Weitzel, who was acquitted last year in his retrial in the deaths of five elderly patients, married his longtime girlfriend Georgia Geerlings at the First Unitarian Church in Salt Lake City.

"Welcome to our own version of an Easter miracle," the Rev. Tom Goldsmith told the congregation. "There could be no more appropriate day for this wedding, a day filled with new life and endless possibilities."

Goldsmith referred only indirectly to Weitzel's previous legal troubles. "The past few years have been anything but easy. Your love has been tested," Goldsmith said. "You have emerged strong, committed and grateful."

Weitzel was sentenced last September to a year in federal prison after pleading guilty to prescription fraud. His sentence began in December and he was released Wednesday.

Weitzel was charged with murder in the deaths of five patients in Davis County in a 16-day period seven years ago. Prosecutors alleged he deliberately weakened them with psychotropic drugs and then finished them off with fatal doses of morphine. Weitzel contended he was providing normal comfort care to terminal patients.

He was convicted of manslaughter and negligent homicide in his first trial, but the judge ordered a new trial on the ground that prosecutors had failed to tell defense attorneys about an expert witness with views favorable to the defense. Weitzel was acquitted at the second trial last November.
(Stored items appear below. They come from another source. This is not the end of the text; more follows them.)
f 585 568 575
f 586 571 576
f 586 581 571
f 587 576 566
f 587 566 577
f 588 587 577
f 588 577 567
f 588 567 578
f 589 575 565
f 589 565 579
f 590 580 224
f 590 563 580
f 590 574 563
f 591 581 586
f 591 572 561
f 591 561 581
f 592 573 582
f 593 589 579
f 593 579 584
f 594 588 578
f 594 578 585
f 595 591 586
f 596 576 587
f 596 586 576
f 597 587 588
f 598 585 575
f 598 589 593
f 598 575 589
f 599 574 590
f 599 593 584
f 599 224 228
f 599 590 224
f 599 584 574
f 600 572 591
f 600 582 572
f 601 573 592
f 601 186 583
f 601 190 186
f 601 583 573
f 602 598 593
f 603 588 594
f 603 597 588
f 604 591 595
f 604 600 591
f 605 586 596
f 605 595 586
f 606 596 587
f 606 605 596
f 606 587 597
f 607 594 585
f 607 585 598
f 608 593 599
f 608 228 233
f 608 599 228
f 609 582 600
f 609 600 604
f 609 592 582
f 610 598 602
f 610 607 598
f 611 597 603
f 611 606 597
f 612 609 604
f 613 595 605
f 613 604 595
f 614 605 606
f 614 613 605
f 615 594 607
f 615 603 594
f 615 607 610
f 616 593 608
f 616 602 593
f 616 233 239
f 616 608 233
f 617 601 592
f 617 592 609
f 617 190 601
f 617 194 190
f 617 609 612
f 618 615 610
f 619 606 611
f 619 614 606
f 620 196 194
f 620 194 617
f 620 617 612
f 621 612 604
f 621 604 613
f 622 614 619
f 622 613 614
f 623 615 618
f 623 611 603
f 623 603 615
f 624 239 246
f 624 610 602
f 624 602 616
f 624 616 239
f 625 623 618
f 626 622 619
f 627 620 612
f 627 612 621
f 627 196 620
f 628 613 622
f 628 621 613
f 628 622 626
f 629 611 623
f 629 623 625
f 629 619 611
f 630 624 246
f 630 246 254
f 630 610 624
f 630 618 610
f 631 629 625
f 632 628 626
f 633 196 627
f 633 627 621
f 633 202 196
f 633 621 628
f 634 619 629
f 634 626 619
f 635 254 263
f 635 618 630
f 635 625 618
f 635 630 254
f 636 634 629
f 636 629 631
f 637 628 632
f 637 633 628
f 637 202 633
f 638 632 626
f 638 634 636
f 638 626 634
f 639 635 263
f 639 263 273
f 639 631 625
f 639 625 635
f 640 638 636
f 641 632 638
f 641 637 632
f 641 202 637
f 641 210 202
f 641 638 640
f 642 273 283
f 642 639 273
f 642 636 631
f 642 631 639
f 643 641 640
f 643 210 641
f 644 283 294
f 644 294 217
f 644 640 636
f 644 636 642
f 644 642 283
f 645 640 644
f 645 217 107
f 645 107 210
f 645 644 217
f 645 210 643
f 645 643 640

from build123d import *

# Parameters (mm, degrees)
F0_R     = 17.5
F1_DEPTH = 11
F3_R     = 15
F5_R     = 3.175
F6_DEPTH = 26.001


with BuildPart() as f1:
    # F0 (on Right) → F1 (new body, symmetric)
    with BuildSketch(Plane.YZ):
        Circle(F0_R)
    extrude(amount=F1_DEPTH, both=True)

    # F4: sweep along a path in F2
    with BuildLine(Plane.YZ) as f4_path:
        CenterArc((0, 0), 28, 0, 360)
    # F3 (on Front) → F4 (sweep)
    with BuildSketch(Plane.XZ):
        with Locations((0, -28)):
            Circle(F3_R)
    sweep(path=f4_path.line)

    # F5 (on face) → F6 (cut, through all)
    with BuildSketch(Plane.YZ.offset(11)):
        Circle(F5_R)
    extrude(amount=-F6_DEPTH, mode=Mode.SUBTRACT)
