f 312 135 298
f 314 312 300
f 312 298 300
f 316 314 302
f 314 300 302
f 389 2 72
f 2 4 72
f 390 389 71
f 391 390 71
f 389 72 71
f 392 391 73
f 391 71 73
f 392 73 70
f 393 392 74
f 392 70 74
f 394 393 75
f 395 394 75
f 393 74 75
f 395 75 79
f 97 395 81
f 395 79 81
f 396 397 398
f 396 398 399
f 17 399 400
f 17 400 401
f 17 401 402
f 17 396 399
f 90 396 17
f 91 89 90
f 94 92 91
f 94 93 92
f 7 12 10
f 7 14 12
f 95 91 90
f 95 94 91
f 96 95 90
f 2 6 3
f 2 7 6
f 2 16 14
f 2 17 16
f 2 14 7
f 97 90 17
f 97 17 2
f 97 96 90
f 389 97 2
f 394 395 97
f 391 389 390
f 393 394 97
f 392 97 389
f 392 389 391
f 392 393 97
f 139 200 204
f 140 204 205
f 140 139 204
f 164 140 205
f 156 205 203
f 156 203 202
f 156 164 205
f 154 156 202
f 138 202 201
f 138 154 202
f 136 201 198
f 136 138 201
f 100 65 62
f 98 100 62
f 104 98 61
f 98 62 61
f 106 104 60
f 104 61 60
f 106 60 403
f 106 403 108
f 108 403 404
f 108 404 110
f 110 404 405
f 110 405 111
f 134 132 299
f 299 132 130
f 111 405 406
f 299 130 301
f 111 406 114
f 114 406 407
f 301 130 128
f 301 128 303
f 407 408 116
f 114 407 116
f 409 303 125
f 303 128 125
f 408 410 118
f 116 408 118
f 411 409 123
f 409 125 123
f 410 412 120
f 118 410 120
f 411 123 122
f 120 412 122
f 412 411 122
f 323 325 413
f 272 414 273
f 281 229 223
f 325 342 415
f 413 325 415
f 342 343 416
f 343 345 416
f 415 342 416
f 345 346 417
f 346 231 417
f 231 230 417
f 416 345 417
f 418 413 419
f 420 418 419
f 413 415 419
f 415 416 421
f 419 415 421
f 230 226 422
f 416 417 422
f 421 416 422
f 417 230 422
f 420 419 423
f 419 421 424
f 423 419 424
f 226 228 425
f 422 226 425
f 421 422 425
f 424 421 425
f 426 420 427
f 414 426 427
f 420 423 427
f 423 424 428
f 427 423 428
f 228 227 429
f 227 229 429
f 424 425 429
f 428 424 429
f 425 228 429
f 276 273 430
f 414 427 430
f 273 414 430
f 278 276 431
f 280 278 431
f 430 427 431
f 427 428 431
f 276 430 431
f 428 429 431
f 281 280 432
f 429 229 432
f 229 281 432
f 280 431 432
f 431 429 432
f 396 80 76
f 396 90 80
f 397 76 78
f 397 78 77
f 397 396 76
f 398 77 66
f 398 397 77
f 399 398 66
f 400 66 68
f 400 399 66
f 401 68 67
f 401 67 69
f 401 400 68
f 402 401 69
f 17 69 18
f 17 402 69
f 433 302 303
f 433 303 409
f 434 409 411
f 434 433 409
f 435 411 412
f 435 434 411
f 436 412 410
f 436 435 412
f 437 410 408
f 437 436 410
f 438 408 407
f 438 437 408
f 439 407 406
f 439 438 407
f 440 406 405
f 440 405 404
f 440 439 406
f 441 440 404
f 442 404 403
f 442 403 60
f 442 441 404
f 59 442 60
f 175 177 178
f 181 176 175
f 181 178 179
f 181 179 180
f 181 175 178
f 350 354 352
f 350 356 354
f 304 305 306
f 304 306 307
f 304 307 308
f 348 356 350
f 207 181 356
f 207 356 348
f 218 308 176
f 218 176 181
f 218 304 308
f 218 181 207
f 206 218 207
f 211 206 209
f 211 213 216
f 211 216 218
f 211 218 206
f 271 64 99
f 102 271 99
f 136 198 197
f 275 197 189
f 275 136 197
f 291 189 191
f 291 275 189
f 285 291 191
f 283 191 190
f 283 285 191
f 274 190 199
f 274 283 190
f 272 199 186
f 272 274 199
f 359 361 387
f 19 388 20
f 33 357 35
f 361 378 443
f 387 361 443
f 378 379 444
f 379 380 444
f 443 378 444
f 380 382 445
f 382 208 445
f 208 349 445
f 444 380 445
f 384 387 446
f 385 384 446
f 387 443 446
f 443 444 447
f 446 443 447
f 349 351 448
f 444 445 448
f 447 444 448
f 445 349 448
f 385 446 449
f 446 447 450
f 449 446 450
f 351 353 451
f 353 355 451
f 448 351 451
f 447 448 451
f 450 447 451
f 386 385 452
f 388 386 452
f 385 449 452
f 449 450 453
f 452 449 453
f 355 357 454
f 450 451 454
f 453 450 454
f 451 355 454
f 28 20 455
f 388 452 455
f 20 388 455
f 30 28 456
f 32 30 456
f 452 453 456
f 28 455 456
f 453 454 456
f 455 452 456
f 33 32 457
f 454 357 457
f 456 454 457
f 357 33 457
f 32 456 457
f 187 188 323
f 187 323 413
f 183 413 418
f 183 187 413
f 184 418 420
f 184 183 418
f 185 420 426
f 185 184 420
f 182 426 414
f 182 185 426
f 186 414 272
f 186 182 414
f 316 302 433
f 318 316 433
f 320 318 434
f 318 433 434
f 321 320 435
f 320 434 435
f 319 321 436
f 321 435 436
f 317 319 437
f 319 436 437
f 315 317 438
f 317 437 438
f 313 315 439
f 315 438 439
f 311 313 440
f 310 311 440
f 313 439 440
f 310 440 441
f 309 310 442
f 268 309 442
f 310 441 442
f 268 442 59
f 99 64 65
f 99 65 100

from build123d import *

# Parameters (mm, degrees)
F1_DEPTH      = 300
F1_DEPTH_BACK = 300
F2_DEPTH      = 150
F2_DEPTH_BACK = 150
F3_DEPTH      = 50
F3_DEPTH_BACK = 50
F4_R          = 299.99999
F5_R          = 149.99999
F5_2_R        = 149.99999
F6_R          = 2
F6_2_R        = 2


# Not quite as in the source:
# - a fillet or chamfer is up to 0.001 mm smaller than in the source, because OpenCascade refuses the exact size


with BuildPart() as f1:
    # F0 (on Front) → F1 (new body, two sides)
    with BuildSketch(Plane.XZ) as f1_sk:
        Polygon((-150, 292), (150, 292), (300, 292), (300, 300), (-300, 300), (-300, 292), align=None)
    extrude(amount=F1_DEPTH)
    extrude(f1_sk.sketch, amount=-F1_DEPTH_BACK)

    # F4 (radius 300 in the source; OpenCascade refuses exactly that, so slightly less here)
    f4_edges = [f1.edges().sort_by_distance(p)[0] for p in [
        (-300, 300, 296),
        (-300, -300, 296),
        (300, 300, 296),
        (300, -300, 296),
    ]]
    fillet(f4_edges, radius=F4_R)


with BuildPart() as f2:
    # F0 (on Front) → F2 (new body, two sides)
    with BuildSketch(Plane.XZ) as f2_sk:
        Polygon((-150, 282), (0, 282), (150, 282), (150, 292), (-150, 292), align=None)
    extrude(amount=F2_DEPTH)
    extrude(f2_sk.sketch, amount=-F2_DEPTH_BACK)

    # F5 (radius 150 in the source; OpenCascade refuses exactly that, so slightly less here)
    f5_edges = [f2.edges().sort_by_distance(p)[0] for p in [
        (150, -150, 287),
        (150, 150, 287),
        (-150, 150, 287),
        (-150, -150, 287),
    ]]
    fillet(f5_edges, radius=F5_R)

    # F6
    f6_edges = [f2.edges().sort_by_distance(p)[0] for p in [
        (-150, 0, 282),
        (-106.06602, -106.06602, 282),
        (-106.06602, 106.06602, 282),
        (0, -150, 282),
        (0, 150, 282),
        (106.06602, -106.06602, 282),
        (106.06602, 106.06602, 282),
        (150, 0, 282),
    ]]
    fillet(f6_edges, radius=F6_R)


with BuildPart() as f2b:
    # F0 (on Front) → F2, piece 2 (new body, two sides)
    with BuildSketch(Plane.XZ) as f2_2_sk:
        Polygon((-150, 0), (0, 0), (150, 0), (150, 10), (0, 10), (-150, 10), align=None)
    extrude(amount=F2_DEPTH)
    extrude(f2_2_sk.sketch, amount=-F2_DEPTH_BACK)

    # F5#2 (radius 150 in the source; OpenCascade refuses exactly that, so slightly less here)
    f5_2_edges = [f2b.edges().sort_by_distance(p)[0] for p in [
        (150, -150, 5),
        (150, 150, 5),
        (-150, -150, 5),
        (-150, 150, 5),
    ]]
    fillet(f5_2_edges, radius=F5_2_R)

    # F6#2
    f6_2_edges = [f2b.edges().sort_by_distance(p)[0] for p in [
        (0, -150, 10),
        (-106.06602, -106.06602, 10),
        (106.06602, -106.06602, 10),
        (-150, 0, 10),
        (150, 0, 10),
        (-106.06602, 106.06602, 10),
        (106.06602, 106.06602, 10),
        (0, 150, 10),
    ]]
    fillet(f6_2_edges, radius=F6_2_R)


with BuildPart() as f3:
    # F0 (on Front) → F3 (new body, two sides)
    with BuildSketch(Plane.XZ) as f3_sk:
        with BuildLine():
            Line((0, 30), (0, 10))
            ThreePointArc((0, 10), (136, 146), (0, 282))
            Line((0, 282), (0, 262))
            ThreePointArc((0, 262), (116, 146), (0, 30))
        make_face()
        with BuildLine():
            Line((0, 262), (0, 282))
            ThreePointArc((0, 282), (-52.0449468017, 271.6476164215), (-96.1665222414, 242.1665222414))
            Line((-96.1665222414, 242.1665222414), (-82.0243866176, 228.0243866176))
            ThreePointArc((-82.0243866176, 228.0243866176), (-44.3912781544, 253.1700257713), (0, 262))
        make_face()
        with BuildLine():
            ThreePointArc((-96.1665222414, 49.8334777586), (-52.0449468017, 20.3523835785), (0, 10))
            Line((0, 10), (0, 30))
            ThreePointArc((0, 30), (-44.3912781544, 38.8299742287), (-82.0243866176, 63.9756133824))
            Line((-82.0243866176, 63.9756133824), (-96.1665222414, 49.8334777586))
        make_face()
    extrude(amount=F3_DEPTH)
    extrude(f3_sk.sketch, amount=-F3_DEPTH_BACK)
He is now on a year of federal "supervised release," similar to probation in the state system.

The couple's future is still undecided and they have no concrete plans until Weitzel fulfills obligations imposed by the federal court.

"Because I have been away for so long, I hope to find a subspecialty training program in psychiatry, and perhaps ultimately work in prison psychiatry or with palliative care," Weitzel said in an earlier interview with the Deseret News.

Geerlings, a high school French teacher, met Weitzel through a mutual friend in 1999 and was convinced he was innocent of any wrongdoing, she said.

"When you meet your life partner and love him, you don't leave him," Geerlings said. "I've always believed in him. There will always be doubters, but I feel sorry for them because they don't know the story."

The legal difficulties made their relationship stronger, Weitzel said.

"It's an incredible strain, but it's something that has drawn us together and led to personal growth," he said.